Nice! - All our Drive-In's closed in the '70's. Well - Around Ottawa anyways - Steve


----------



## Reckers

Steve, I'm not surprised. With the coming of Beta, VHS, movies on television and DVD's, theaters of any type were hard-pressed to stay profitable. In many cases, the edge-f-town locations where they were built became valuable business or residential properties as the cities grew and engulfed them. I suspect the further south you go, the more drive-in theaters remain in operation. They have a longer season and generally speaking, lower labor operating costs. Bubba will work the projector for a six-pack and a family-sized bag of pork rinds!


----------



## Steve441

That's what happened here Man - The real estate value went up and tons of land was developed into Condo Townhouses! I live in one of those close to where a Drive-In theater was! - Cheers - Steve


----------



## tjcruiser

Reckers said:


> By the way, those drive-ins? We used to have lots of them around Louisville. When I was a kid, there was a flat price for a carload to get in. I have 9 brothers and sisters, so when the eldest sister got her license, we were set for the summer.


Classic! In one of those old station wagons with the rear flip-up seat, I bet!

We have 2 or 3 long-closed drive-ins here in RI. Ironically, the property is sitting in disarray ... no other commercial or real estate development over the years, as far as I know.

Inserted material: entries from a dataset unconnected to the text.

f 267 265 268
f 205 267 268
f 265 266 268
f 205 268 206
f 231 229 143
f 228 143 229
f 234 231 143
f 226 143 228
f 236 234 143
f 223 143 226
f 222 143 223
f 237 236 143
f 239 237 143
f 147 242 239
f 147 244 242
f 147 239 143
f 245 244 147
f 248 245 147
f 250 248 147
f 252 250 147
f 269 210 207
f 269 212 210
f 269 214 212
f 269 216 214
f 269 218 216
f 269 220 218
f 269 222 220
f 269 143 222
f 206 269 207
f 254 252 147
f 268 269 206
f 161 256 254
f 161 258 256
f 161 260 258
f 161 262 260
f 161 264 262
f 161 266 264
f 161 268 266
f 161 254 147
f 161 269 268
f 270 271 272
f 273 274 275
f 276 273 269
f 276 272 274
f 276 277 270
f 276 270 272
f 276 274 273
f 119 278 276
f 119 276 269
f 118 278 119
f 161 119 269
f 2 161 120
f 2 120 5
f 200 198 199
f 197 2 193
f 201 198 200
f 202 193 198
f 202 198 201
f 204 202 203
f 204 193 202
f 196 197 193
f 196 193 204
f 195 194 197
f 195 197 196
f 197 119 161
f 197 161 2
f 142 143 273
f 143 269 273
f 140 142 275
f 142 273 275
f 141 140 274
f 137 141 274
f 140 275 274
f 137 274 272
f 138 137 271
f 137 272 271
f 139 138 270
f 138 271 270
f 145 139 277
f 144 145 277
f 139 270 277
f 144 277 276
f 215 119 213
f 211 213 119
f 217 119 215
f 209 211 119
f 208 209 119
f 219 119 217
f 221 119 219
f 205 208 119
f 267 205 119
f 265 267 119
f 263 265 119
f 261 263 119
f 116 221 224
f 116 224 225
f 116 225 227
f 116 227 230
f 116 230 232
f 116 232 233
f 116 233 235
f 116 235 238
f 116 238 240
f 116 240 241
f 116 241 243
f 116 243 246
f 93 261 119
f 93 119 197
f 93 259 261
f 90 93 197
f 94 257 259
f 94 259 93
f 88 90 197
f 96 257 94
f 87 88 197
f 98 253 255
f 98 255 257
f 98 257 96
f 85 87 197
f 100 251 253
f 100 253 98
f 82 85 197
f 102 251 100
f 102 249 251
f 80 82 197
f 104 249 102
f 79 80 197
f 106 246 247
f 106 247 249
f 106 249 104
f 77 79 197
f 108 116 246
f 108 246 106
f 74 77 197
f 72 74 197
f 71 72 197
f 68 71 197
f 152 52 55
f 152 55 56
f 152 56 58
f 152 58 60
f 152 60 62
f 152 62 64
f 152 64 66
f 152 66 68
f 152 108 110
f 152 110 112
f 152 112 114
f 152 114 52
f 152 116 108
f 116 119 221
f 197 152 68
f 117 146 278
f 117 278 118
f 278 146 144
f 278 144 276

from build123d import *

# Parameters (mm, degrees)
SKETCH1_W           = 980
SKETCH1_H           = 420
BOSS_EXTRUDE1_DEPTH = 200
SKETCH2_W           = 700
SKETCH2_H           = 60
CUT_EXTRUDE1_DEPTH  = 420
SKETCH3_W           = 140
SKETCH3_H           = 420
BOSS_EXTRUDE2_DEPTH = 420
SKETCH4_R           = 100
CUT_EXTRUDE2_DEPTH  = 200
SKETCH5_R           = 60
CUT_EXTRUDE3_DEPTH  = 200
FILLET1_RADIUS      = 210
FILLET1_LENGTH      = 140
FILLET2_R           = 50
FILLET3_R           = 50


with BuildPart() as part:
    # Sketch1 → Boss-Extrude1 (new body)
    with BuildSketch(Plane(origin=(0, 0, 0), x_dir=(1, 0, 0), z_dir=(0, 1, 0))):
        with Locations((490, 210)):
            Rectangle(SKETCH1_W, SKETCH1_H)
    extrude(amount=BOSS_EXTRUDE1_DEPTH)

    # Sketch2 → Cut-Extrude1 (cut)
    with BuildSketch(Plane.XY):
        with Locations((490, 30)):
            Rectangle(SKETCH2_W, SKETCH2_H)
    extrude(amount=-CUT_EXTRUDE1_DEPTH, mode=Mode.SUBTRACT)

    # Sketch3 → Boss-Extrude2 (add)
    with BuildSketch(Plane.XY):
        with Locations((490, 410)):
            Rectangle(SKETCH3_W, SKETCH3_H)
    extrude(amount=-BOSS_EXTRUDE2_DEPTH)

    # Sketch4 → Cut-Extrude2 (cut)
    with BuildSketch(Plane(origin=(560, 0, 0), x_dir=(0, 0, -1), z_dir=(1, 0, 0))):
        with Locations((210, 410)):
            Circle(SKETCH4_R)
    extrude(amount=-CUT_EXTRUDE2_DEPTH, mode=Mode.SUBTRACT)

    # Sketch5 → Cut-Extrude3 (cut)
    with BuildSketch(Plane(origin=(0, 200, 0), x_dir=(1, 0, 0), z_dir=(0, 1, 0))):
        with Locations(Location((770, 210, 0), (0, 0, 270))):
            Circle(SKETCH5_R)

As I said above, I've never been to one, but I would sure like to experience the fun with my kids someday, if the opportunity were around.

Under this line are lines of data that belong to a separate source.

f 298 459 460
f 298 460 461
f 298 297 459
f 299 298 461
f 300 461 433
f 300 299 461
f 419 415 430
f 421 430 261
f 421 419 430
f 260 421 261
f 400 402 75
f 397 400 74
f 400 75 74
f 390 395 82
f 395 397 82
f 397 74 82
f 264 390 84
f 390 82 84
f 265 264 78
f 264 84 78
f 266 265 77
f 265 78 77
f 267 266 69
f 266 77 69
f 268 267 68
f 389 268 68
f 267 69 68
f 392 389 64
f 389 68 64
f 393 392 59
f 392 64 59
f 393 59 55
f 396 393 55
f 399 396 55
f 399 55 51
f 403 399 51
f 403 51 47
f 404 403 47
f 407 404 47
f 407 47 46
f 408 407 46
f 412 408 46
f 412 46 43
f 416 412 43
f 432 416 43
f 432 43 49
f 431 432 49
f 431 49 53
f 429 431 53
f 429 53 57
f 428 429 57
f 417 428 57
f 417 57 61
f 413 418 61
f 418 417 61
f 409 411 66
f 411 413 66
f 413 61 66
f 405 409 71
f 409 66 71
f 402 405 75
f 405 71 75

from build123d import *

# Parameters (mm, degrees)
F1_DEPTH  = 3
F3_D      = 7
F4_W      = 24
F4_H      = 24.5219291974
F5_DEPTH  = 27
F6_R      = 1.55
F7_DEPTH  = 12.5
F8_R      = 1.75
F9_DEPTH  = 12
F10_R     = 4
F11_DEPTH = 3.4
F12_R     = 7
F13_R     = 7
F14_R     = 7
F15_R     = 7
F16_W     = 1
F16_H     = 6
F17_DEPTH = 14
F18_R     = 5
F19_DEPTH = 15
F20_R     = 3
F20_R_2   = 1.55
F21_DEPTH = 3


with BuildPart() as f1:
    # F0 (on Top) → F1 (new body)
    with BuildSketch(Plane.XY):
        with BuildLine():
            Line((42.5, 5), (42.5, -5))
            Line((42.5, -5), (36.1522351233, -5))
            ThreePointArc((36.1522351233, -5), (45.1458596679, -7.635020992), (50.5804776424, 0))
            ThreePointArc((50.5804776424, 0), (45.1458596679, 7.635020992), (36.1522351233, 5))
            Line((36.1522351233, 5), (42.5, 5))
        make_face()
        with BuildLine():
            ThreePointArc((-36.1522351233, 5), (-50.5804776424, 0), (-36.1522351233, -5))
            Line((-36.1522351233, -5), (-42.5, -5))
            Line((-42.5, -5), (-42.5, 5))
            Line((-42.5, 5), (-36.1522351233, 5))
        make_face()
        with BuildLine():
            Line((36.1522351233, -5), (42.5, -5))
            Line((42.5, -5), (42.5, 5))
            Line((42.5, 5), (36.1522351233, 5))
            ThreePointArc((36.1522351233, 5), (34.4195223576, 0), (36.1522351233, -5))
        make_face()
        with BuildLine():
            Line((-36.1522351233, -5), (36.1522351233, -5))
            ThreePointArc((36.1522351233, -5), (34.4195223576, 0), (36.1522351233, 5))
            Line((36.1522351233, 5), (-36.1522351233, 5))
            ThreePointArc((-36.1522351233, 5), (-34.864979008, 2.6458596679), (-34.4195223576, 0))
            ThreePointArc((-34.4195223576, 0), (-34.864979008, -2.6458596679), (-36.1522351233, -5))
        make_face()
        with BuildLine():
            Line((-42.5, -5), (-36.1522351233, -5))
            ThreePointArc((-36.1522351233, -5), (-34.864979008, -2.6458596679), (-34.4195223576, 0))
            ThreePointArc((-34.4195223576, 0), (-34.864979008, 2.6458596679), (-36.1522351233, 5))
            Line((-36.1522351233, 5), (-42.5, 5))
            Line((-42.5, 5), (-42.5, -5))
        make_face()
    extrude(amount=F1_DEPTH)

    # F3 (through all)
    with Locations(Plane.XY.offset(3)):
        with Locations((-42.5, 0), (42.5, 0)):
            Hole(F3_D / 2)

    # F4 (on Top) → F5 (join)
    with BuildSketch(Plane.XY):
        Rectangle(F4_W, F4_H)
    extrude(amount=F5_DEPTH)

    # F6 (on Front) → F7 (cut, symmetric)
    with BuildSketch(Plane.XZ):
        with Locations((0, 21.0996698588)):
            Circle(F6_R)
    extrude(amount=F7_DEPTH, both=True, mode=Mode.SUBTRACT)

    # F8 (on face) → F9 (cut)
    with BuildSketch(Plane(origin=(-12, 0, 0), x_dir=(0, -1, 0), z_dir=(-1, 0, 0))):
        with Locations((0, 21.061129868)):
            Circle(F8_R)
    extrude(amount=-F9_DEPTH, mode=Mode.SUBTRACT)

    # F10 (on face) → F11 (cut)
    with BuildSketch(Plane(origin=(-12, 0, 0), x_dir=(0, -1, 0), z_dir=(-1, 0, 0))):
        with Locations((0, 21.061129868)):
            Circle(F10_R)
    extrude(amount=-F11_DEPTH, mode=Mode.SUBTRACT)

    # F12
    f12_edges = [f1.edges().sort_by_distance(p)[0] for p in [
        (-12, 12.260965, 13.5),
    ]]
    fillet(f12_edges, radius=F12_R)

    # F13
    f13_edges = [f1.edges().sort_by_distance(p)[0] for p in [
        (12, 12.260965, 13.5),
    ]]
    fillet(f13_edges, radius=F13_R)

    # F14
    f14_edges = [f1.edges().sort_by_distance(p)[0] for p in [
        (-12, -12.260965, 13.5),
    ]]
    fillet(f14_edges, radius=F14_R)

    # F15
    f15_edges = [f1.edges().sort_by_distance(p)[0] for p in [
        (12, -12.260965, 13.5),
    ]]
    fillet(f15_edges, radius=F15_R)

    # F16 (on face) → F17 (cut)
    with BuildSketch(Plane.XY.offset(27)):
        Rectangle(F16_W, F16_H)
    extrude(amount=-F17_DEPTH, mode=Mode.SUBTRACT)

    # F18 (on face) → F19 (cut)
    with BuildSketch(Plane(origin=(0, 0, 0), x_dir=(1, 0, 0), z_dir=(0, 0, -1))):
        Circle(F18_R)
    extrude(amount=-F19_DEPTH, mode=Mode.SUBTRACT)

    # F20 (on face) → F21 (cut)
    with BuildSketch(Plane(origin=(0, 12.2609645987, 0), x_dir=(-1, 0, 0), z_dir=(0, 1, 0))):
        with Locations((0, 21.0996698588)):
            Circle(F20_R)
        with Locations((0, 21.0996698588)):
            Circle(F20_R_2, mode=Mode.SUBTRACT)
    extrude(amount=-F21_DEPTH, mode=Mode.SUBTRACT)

Nostalgia that never was, in my book ...

TJ


----------



## Xnats

Looking good Reck :thumbsup: What do you mean get back to the S Scale stuff :laugh: Everyone should have to model N Scale for one month. This way when something does not fit because there is not enough room or it is just too small to handle. Everyone will be an expert in their Scale and know exactly how to handle them little things  :laugh: 

I don't think we have one around me. The one in Wall has a office building on it, which went up in the 90's  We do still have a curb serve  http://www.flickr.com/photos/[email protected]/4345935842/


----------



## Big Ed

tjcruiser said:


> Reck,
> 
> The marquee looks great!
> 
> I'm jealous, of course ... I've never been to a real drive in ... never ...
> 
> TJ





tjcruiser said:


> Classic! In one of those old station wagons with the rear flip-up seat, I bet!
> 
> We have 2 or 3 long-closed drive-ins here in RI. Ironically, the property is sitting in disarray ... no other commercial or real estate development over the years, as far as I know.
> 
> As I said above, I've never been to one, but I would sure like to experience the fun with my kids someday, if the opportunity were around.
> 
> Nostalgia that never was, in my book ...
> 
> TJ


You guy's didn't learn anything from my Jersey thread.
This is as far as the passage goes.